▶ **Task details**
Only the lines below starting at the one containing "#209=EDGE_CURVE('',#189,#127,#208,.T.);" and ending at the one containing "#218=LINE('',#217,#27);" belong in the answer, each copied exactly.
═══ Record excerpts ═══
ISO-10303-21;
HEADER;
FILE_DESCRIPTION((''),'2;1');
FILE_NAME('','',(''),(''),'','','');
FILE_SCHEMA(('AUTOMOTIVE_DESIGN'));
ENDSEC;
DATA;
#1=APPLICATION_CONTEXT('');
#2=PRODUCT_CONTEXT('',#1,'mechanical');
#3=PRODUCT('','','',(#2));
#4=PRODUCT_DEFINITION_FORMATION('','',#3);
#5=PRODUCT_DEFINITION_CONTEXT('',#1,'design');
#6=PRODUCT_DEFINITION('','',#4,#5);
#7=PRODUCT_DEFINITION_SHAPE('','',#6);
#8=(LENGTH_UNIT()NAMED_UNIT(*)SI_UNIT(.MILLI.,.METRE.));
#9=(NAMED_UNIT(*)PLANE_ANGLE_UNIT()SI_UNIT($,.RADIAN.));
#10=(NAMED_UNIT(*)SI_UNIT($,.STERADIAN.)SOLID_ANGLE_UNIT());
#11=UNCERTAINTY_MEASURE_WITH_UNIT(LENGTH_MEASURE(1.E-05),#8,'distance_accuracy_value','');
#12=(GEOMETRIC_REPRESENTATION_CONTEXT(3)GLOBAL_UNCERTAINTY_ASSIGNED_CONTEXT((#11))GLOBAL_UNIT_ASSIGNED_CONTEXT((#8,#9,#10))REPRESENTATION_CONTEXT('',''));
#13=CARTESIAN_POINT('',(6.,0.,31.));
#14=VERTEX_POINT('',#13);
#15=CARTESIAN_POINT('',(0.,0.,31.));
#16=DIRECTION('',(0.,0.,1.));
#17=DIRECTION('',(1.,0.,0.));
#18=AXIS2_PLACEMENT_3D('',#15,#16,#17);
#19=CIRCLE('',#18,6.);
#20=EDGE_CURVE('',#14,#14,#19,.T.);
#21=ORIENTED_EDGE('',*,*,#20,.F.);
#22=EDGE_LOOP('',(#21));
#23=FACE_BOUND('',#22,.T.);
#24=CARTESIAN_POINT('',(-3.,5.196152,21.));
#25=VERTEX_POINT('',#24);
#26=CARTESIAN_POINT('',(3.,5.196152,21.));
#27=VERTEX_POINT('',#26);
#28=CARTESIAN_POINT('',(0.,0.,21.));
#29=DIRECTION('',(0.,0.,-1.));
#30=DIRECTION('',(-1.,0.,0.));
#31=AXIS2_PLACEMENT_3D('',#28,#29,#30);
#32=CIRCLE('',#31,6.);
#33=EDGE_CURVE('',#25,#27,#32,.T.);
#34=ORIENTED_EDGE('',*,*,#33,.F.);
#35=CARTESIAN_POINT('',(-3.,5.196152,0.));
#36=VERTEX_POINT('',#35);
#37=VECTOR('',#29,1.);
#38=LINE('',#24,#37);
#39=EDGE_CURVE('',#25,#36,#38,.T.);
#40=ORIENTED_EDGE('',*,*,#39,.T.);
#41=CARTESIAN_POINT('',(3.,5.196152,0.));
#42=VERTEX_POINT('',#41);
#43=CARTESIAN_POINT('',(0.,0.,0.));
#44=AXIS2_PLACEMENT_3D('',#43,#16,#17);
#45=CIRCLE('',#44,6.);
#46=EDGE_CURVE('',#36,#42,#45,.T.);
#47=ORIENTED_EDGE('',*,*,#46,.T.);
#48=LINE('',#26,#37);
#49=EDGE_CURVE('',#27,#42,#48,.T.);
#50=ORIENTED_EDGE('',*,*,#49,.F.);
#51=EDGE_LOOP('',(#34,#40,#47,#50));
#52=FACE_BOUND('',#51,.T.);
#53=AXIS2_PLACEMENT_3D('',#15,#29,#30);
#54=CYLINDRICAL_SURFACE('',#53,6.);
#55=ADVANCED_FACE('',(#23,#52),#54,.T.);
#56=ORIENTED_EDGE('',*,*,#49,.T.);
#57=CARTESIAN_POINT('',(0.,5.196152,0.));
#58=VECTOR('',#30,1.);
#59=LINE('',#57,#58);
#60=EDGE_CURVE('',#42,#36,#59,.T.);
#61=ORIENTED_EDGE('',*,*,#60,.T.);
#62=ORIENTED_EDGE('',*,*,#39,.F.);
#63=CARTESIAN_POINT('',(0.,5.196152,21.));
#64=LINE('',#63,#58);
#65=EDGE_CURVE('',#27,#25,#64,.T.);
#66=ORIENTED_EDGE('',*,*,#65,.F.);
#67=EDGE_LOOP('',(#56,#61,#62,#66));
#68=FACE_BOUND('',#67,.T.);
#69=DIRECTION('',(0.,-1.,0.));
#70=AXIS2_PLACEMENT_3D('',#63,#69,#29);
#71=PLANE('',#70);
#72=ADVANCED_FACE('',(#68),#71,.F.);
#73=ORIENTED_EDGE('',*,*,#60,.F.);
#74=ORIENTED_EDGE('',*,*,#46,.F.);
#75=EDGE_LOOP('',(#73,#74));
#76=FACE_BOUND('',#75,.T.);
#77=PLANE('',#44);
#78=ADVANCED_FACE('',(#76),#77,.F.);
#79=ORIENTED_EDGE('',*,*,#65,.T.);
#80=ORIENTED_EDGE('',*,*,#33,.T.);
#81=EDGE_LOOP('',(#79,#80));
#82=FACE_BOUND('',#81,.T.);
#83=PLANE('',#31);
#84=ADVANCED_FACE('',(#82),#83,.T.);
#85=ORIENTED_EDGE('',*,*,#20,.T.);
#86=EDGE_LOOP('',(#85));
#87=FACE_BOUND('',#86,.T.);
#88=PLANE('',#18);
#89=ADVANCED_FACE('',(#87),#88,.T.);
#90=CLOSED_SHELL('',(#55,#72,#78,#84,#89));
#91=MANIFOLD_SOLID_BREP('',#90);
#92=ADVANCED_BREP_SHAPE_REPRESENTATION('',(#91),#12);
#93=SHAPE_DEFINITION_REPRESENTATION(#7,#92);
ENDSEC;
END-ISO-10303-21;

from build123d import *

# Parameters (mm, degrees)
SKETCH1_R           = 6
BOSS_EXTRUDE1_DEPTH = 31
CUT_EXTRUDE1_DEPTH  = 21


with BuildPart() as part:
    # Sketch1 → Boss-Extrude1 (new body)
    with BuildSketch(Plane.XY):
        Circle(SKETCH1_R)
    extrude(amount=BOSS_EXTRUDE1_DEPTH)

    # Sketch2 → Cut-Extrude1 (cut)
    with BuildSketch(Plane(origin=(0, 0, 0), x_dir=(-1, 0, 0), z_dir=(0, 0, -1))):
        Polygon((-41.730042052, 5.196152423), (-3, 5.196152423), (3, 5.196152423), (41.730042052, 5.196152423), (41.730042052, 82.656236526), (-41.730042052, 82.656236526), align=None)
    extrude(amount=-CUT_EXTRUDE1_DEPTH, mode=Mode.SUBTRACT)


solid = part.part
═══
═══ Record excerpts ═══
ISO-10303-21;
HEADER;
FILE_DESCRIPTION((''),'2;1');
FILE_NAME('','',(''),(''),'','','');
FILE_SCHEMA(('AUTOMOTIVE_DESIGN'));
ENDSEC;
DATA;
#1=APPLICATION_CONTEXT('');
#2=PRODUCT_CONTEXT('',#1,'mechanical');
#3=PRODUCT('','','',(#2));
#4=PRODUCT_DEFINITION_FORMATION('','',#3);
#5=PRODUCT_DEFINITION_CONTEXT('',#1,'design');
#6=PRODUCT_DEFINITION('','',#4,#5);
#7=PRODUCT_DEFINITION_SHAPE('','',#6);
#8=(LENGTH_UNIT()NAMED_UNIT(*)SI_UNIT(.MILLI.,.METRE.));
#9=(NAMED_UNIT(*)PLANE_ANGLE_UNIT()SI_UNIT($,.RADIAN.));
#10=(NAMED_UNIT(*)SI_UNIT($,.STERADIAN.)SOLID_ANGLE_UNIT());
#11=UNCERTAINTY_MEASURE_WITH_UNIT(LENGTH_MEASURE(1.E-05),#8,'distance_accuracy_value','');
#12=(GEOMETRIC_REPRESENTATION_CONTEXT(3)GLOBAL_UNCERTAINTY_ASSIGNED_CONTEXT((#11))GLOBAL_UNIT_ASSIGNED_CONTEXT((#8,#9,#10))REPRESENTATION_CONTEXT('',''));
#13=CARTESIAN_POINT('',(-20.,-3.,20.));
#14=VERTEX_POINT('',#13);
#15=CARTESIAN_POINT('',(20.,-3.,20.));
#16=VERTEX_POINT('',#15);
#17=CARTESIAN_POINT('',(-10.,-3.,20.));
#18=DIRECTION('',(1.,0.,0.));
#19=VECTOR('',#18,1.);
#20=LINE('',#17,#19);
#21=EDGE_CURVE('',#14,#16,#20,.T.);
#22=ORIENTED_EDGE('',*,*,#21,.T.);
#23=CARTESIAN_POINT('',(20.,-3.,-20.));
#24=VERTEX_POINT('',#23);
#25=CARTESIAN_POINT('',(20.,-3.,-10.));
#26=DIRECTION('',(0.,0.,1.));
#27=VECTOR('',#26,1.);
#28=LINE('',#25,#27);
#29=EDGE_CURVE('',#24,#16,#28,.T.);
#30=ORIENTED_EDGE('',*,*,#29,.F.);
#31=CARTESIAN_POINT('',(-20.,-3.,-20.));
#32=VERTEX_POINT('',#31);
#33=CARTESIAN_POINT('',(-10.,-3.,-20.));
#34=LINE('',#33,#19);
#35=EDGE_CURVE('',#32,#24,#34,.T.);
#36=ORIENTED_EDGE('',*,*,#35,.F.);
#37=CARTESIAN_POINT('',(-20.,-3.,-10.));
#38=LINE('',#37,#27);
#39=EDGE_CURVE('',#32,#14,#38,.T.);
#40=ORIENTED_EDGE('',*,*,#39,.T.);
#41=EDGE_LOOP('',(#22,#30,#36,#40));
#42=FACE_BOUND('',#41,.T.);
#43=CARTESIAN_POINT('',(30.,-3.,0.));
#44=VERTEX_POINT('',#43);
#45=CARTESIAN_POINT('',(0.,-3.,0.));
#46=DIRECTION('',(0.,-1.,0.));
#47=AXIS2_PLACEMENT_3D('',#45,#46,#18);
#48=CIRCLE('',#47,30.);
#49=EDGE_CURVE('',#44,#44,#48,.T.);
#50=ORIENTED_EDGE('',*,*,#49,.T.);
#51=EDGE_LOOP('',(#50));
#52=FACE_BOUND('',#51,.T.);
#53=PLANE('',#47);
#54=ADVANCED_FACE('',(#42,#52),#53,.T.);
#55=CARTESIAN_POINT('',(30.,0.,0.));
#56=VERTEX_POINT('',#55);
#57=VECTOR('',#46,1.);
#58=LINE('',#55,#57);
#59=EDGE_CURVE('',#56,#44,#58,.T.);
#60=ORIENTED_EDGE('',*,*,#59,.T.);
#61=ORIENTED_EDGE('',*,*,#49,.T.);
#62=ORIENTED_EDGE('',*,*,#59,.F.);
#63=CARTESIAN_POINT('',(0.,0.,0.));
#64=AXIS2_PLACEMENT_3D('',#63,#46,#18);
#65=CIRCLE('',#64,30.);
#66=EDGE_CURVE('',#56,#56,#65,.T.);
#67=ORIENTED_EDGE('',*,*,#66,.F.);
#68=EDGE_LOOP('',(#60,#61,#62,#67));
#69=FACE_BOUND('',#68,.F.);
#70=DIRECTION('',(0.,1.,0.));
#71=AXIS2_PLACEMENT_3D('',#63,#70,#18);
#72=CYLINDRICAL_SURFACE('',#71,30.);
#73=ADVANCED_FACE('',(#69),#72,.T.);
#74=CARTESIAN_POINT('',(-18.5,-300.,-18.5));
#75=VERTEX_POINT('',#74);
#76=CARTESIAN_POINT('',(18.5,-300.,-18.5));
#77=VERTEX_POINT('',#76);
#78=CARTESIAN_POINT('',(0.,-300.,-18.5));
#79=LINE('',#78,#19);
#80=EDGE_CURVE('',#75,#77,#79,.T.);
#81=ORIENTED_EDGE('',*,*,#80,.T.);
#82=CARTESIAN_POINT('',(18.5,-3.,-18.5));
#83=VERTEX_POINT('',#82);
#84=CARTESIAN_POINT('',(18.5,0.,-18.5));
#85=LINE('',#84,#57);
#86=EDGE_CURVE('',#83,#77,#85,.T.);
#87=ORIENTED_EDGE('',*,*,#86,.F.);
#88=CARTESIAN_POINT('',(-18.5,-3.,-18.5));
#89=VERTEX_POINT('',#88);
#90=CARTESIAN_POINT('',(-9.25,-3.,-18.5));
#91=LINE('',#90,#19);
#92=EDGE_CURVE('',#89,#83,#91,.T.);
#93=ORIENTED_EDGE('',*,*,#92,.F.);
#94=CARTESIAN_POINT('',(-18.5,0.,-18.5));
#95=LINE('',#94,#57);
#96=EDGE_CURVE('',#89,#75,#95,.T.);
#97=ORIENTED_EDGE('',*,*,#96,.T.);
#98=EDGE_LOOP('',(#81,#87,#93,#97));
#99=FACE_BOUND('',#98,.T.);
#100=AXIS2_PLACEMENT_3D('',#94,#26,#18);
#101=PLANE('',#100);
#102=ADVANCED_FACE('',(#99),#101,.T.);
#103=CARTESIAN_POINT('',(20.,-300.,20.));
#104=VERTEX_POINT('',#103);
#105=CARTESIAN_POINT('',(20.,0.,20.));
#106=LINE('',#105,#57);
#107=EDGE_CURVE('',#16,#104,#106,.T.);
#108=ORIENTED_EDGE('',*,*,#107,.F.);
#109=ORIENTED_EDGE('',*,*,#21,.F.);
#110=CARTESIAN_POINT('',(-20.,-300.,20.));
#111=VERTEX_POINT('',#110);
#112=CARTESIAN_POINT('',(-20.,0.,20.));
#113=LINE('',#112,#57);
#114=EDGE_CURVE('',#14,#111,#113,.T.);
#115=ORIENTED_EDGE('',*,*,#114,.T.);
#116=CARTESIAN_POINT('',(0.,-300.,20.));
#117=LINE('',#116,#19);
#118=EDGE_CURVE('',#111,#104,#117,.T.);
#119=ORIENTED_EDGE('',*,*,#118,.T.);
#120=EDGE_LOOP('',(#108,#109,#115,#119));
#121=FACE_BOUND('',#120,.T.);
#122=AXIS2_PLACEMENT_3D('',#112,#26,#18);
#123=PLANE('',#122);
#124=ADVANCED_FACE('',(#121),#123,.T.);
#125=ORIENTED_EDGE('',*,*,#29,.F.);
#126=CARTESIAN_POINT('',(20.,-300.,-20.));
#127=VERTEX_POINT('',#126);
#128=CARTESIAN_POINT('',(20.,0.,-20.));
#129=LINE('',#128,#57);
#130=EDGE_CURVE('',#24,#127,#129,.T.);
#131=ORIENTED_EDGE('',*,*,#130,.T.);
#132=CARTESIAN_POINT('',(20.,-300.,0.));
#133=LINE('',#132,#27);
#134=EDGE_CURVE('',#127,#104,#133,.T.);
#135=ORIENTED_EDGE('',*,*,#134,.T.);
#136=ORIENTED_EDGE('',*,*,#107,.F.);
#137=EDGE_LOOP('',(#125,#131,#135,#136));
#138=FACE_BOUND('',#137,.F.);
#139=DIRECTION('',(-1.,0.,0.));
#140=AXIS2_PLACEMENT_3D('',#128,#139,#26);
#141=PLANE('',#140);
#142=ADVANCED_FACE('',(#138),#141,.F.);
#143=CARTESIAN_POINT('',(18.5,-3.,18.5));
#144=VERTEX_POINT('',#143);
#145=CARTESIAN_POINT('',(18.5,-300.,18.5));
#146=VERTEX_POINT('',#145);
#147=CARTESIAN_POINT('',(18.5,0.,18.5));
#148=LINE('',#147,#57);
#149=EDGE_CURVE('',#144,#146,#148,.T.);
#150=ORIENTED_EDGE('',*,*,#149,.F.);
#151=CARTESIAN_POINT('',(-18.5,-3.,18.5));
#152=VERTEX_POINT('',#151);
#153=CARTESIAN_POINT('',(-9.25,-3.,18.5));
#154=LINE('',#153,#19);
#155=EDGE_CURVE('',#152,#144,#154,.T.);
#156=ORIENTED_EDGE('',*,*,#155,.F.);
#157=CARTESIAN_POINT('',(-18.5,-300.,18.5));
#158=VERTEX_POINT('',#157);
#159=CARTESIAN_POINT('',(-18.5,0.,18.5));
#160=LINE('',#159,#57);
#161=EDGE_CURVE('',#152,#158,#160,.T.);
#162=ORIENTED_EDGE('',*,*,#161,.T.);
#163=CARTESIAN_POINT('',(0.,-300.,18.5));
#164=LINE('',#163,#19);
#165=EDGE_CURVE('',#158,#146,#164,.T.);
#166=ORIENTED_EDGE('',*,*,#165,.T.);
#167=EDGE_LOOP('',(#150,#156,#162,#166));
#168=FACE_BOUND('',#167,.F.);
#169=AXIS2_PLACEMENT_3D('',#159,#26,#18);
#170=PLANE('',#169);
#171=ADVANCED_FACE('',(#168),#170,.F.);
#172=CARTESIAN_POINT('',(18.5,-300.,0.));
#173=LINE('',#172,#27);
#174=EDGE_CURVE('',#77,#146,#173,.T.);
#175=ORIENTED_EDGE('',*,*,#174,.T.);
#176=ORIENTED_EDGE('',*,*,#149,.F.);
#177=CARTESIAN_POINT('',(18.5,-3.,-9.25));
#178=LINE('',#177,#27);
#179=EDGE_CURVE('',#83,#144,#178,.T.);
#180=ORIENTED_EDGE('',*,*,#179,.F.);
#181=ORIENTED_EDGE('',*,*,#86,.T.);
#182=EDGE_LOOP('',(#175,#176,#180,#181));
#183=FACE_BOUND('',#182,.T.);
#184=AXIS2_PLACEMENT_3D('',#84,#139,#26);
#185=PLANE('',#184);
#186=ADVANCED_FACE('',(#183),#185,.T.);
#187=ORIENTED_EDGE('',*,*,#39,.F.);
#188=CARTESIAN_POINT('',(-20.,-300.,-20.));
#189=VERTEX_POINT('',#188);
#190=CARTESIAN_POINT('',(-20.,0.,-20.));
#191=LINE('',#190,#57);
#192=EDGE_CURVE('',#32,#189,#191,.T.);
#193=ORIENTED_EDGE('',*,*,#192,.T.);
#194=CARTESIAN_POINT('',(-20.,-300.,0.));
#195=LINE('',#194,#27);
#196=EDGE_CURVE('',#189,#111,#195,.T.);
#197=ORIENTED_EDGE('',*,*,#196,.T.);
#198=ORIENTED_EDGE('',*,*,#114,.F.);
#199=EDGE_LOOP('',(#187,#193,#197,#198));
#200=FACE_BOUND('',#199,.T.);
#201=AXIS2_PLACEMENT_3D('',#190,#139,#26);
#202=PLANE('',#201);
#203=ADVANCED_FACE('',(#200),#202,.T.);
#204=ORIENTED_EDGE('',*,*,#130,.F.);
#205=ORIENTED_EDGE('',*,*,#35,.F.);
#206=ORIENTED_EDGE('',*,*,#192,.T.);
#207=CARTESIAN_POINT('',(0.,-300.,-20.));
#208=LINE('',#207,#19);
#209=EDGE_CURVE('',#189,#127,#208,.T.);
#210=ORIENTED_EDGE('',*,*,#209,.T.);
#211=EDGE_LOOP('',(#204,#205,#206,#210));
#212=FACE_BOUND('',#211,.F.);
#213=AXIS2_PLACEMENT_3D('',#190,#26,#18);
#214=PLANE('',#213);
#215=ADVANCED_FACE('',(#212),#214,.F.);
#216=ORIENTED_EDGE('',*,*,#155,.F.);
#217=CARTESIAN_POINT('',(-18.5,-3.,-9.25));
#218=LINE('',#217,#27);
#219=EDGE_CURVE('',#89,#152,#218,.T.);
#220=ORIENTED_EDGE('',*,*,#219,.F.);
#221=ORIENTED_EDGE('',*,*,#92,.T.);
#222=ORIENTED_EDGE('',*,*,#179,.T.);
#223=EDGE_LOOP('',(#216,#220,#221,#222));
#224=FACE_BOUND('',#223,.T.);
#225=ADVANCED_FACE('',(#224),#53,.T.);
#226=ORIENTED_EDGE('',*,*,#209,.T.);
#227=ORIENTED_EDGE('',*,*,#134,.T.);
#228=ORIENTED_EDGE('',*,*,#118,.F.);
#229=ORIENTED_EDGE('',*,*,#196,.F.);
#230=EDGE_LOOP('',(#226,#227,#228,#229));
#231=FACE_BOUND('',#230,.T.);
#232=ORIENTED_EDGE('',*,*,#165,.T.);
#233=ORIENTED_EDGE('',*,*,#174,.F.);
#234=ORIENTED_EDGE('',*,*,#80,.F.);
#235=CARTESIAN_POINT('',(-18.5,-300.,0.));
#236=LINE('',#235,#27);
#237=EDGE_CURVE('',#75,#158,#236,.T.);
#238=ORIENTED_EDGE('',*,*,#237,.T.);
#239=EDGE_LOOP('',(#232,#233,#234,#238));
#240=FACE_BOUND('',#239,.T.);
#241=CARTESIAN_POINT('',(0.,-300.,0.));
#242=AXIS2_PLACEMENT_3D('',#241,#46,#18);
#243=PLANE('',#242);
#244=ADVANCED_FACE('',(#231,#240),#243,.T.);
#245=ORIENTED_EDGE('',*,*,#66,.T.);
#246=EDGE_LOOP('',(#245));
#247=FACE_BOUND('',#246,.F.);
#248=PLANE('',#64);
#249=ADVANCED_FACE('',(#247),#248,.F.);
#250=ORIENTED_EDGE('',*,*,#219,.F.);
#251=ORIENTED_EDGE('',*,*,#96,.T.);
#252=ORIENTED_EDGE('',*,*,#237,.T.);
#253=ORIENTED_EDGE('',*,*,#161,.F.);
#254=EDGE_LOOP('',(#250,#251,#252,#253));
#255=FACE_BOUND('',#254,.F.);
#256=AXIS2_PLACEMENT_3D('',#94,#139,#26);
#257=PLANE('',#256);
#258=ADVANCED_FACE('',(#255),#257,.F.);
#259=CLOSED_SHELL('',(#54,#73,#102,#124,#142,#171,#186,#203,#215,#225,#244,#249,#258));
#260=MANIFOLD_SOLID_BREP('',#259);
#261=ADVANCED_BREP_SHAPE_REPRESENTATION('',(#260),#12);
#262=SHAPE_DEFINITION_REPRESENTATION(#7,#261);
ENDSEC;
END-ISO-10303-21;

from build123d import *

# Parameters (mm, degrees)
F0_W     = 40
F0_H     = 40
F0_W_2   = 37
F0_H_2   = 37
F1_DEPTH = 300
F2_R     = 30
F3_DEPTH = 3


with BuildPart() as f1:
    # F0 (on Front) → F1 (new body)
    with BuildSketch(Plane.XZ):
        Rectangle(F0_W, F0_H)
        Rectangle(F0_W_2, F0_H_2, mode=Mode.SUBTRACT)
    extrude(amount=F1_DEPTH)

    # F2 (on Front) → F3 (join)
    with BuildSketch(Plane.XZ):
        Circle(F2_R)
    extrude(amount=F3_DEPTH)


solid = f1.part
═══
═══ Record excerpts ═══
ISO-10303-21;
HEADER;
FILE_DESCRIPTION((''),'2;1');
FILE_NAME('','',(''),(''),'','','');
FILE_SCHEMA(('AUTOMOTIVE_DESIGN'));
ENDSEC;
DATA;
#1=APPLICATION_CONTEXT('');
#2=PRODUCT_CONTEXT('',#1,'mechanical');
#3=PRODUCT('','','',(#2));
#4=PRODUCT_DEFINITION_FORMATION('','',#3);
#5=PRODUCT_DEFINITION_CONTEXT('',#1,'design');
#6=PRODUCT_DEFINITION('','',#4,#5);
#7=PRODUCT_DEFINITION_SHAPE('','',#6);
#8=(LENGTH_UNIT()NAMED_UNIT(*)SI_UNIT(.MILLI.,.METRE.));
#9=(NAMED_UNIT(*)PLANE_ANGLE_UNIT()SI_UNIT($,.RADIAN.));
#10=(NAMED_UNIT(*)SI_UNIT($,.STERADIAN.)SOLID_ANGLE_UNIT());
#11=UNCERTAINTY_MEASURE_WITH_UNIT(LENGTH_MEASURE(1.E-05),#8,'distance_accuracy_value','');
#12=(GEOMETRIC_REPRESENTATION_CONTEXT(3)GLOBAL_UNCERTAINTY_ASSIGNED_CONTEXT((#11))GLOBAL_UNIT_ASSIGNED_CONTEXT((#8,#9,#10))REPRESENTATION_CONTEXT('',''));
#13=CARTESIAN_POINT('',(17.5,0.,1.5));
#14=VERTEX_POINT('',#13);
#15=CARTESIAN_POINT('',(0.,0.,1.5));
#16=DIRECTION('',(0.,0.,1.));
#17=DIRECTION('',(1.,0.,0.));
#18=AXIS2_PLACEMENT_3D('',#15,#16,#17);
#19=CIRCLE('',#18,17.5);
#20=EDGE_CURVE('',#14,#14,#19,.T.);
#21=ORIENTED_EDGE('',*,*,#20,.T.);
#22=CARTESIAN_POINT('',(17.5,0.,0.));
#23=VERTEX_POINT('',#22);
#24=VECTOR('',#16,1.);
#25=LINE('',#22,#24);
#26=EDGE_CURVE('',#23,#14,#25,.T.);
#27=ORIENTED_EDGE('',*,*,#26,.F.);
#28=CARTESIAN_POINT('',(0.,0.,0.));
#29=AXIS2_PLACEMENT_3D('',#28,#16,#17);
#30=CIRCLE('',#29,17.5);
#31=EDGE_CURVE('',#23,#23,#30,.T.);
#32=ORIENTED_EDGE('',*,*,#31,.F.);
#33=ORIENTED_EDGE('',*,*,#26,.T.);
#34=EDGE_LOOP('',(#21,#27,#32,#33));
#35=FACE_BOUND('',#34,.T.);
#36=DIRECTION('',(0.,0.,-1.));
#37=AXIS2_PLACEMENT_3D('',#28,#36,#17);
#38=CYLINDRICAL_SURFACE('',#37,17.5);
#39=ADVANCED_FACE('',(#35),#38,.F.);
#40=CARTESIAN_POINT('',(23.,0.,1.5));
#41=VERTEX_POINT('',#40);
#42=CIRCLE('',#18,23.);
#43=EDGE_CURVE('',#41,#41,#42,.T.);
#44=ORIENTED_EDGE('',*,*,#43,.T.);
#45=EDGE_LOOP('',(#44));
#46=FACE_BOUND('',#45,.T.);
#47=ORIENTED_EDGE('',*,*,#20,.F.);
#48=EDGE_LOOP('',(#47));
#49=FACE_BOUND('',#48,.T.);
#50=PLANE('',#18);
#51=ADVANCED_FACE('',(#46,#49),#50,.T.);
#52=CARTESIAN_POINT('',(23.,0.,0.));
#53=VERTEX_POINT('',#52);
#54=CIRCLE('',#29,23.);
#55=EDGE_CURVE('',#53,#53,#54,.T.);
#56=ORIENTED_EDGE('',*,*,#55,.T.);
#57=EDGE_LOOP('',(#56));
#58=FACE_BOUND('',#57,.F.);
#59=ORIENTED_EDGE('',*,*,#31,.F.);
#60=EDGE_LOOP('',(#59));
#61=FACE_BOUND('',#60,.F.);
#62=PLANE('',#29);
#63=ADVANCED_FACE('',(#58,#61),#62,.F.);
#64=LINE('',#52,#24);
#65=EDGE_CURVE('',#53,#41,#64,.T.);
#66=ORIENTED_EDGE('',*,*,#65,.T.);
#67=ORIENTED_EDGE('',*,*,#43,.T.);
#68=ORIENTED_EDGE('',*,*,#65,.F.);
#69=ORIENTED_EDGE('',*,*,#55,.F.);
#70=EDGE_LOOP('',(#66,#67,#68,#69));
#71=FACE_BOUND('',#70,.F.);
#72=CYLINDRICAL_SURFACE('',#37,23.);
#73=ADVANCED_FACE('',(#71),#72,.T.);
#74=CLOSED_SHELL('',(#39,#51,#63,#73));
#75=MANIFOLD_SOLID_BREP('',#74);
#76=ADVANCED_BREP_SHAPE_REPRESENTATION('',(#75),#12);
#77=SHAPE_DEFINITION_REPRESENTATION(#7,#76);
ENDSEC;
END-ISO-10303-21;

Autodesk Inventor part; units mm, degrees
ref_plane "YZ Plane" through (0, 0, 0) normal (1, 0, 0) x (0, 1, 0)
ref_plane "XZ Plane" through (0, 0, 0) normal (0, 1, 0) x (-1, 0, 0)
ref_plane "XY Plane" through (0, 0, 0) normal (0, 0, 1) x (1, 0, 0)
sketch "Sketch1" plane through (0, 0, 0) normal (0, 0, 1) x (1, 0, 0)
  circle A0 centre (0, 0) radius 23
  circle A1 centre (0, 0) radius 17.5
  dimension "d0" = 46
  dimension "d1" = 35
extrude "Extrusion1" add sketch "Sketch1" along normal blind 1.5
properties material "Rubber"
═══
▶ **Task response**
#209=EDGE_CURVE('',#189,#127,#208,.T.);
#210=ORIENTED_EDGE('',*,*,#209,.T.);
#211=EDGE_LOOP('',(#204,#205,#206,#210));
#212=FACE_BOUND('',#211,.F.);
#213=AXIS2_PLACEMENT_3D('',#190,#26,#18);
#214=PLANE('',#213);
#215=ADVANCED_FACE('',(#212),#214,.F.);
#216=ORIENTED_EDGE('',*,*,#155,.F.);
#217=CARTESIAN_POINT('',(-18.5,-3.,-9.25));
#218=LINE('',#217,#27);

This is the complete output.